Goal of the exercise:
Every line from the beginning of the records below up to the one holding "#389=ADVANCED_FACE('',(#385),#388,.T.);" should be quoted exactly; leave out the rest.

Saved data entries:
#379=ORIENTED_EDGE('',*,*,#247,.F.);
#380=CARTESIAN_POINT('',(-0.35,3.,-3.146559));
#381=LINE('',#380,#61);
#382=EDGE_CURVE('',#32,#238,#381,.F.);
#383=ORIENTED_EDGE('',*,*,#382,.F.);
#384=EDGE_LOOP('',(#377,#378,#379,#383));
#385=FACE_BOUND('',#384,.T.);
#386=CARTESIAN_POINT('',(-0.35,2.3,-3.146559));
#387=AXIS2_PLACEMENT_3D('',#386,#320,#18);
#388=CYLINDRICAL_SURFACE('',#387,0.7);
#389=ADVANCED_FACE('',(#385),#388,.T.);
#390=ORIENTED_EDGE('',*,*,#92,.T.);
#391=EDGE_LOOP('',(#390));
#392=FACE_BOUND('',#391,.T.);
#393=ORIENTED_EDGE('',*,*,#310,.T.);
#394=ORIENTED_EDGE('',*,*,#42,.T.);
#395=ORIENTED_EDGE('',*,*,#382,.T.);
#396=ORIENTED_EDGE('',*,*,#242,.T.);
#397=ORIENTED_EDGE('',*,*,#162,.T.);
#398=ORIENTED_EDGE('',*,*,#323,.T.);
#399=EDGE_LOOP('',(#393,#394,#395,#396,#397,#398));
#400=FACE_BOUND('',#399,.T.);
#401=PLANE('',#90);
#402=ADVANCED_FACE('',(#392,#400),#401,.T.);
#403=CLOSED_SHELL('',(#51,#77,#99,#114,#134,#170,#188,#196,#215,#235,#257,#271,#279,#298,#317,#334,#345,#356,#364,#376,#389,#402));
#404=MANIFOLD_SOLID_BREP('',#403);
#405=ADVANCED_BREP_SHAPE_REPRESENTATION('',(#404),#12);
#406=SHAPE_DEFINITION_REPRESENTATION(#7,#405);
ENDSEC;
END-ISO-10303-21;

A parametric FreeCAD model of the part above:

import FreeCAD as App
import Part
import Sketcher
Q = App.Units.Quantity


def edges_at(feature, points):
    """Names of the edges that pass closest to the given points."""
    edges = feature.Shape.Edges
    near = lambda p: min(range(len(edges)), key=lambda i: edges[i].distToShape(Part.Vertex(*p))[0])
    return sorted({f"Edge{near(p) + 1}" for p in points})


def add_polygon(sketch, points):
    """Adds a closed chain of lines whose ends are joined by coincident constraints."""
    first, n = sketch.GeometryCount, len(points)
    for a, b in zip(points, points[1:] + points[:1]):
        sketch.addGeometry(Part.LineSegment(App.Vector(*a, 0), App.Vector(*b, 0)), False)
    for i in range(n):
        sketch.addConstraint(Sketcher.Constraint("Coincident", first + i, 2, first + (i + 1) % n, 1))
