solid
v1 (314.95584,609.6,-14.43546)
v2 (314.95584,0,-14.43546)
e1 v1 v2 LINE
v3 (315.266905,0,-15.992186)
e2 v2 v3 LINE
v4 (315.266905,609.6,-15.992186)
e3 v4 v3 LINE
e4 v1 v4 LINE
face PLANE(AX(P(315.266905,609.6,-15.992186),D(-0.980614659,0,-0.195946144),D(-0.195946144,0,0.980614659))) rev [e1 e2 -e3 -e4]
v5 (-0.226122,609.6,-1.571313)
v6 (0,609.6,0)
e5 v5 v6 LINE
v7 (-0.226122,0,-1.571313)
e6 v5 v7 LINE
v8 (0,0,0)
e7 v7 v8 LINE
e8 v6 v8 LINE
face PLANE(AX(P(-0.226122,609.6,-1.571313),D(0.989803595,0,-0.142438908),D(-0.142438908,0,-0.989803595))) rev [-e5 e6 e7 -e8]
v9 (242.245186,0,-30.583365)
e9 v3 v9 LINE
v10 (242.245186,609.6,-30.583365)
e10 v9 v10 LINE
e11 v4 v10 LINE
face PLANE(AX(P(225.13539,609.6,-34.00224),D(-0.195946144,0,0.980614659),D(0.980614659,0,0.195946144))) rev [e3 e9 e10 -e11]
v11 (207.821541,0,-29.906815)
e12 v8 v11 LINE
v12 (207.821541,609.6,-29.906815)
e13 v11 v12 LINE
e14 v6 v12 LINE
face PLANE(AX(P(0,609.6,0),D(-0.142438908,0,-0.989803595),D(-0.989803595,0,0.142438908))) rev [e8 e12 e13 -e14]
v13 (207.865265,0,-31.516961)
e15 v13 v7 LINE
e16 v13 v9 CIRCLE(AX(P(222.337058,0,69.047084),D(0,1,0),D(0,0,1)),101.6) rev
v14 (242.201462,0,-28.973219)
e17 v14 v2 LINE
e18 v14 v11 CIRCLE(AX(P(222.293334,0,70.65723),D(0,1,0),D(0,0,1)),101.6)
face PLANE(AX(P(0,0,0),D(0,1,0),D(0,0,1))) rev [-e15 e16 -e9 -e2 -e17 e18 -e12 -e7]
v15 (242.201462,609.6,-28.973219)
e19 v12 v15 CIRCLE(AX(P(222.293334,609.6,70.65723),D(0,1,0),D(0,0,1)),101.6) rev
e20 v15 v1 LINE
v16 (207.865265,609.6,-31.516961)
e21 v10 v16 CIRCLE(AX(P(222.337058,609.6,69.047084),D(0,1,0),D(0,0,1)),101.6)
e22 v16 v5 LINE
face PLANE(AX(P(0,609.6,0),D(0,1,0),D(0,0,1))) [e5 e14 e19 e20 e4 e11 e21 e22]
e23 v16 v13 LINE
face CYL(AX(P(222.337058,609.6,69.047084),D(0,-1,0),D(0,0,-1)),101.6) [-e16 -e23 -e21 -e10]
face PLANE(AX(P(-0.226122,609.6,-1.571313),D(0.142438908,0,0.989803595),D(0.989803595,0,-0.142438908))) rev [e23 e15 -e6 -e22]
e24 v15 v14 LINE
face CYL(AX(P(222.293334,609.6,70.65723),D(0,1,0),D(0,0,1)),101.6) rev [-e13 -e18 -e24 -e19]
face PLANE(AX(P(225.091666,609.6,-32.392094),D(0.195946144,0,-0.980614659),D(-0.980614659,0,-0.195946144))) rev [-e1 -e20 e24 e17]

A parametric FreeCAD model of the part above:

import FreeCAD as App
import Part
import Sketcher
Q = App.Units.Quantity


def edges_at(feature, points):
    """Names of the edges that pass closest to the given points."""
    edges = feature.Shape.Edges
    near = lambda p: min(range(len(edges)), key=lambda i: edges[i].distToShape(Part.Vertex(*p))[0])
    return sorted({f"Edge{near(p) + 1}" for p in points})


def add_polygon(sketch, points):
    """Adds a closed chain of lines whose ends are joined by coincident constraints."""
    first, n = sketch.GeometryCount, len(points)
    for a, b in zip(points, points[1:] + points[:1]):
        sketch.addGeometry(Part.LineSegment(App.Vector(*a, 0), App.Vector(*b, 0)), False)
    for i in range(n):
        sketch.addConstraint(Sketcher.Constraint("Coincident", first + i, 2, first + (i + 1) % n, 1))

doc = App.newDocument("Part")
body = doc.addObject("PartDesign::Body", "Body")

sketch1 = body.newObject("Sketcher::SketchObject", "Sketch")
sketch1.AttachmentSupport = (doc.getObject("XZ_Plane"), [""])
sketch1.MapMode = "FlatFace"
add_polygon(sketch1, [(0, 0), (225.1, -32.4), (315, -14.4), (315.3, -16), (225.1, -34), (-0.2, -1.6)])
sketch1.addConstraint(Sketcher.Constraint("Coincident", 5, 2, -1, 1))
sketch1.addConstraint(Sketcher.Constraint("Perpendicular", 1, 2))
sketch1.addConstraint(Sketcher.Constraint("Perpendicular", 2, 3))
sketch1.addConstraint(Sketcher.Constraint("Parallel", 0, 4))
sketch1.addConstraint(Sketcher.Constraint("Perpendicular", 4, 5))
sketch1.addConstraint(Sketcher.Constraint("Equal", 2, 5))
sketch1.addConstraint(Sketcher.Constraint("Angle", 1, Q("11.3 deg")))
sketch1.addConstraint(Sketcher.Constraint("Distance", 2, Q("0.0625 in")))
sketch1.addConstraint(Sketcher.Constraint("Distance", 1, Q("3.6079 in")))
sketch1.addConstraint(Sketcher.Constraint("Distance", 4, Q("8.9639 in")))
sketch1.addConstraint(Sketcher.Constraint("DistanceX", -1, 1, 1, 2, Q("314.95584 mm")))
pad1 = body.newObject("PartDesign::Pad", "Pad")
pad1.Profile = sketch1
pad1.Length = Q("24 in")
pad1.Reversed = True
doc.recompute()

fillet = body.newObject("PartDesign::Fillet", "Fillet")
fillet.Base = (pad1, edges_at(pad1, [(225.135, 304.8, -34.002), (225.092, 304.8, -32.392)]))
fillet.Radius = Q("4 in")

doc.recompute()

Response box:
#379=ORIENTED_EDGE('',*,*,#247,.F.);
#380=CARTESIAN_POINT('',(-0.35,3.,-3.146559));
#381=LINE('',#380,#61);
#382=EDGE_CURVE('',#32,#238,#381,.F.);
#383=ORIENTED_EDGE('',*,*,#382,.F.);
#384=EDGE_LOOP('',(#377,#378,#379,#383));
#385=FACE_BOUND('',#384,.T.);
#386=CARTESIAN_POINT('',(-0.35,2.3,-3.146559));
#387=AXIS2_PLACEMENT_3D('',#386,#320,#18);
#388=CYLINDRICAL_SURFACE('',#387,0.7);
#389=ADVANCED_FACE('',(#385),#388,.T.);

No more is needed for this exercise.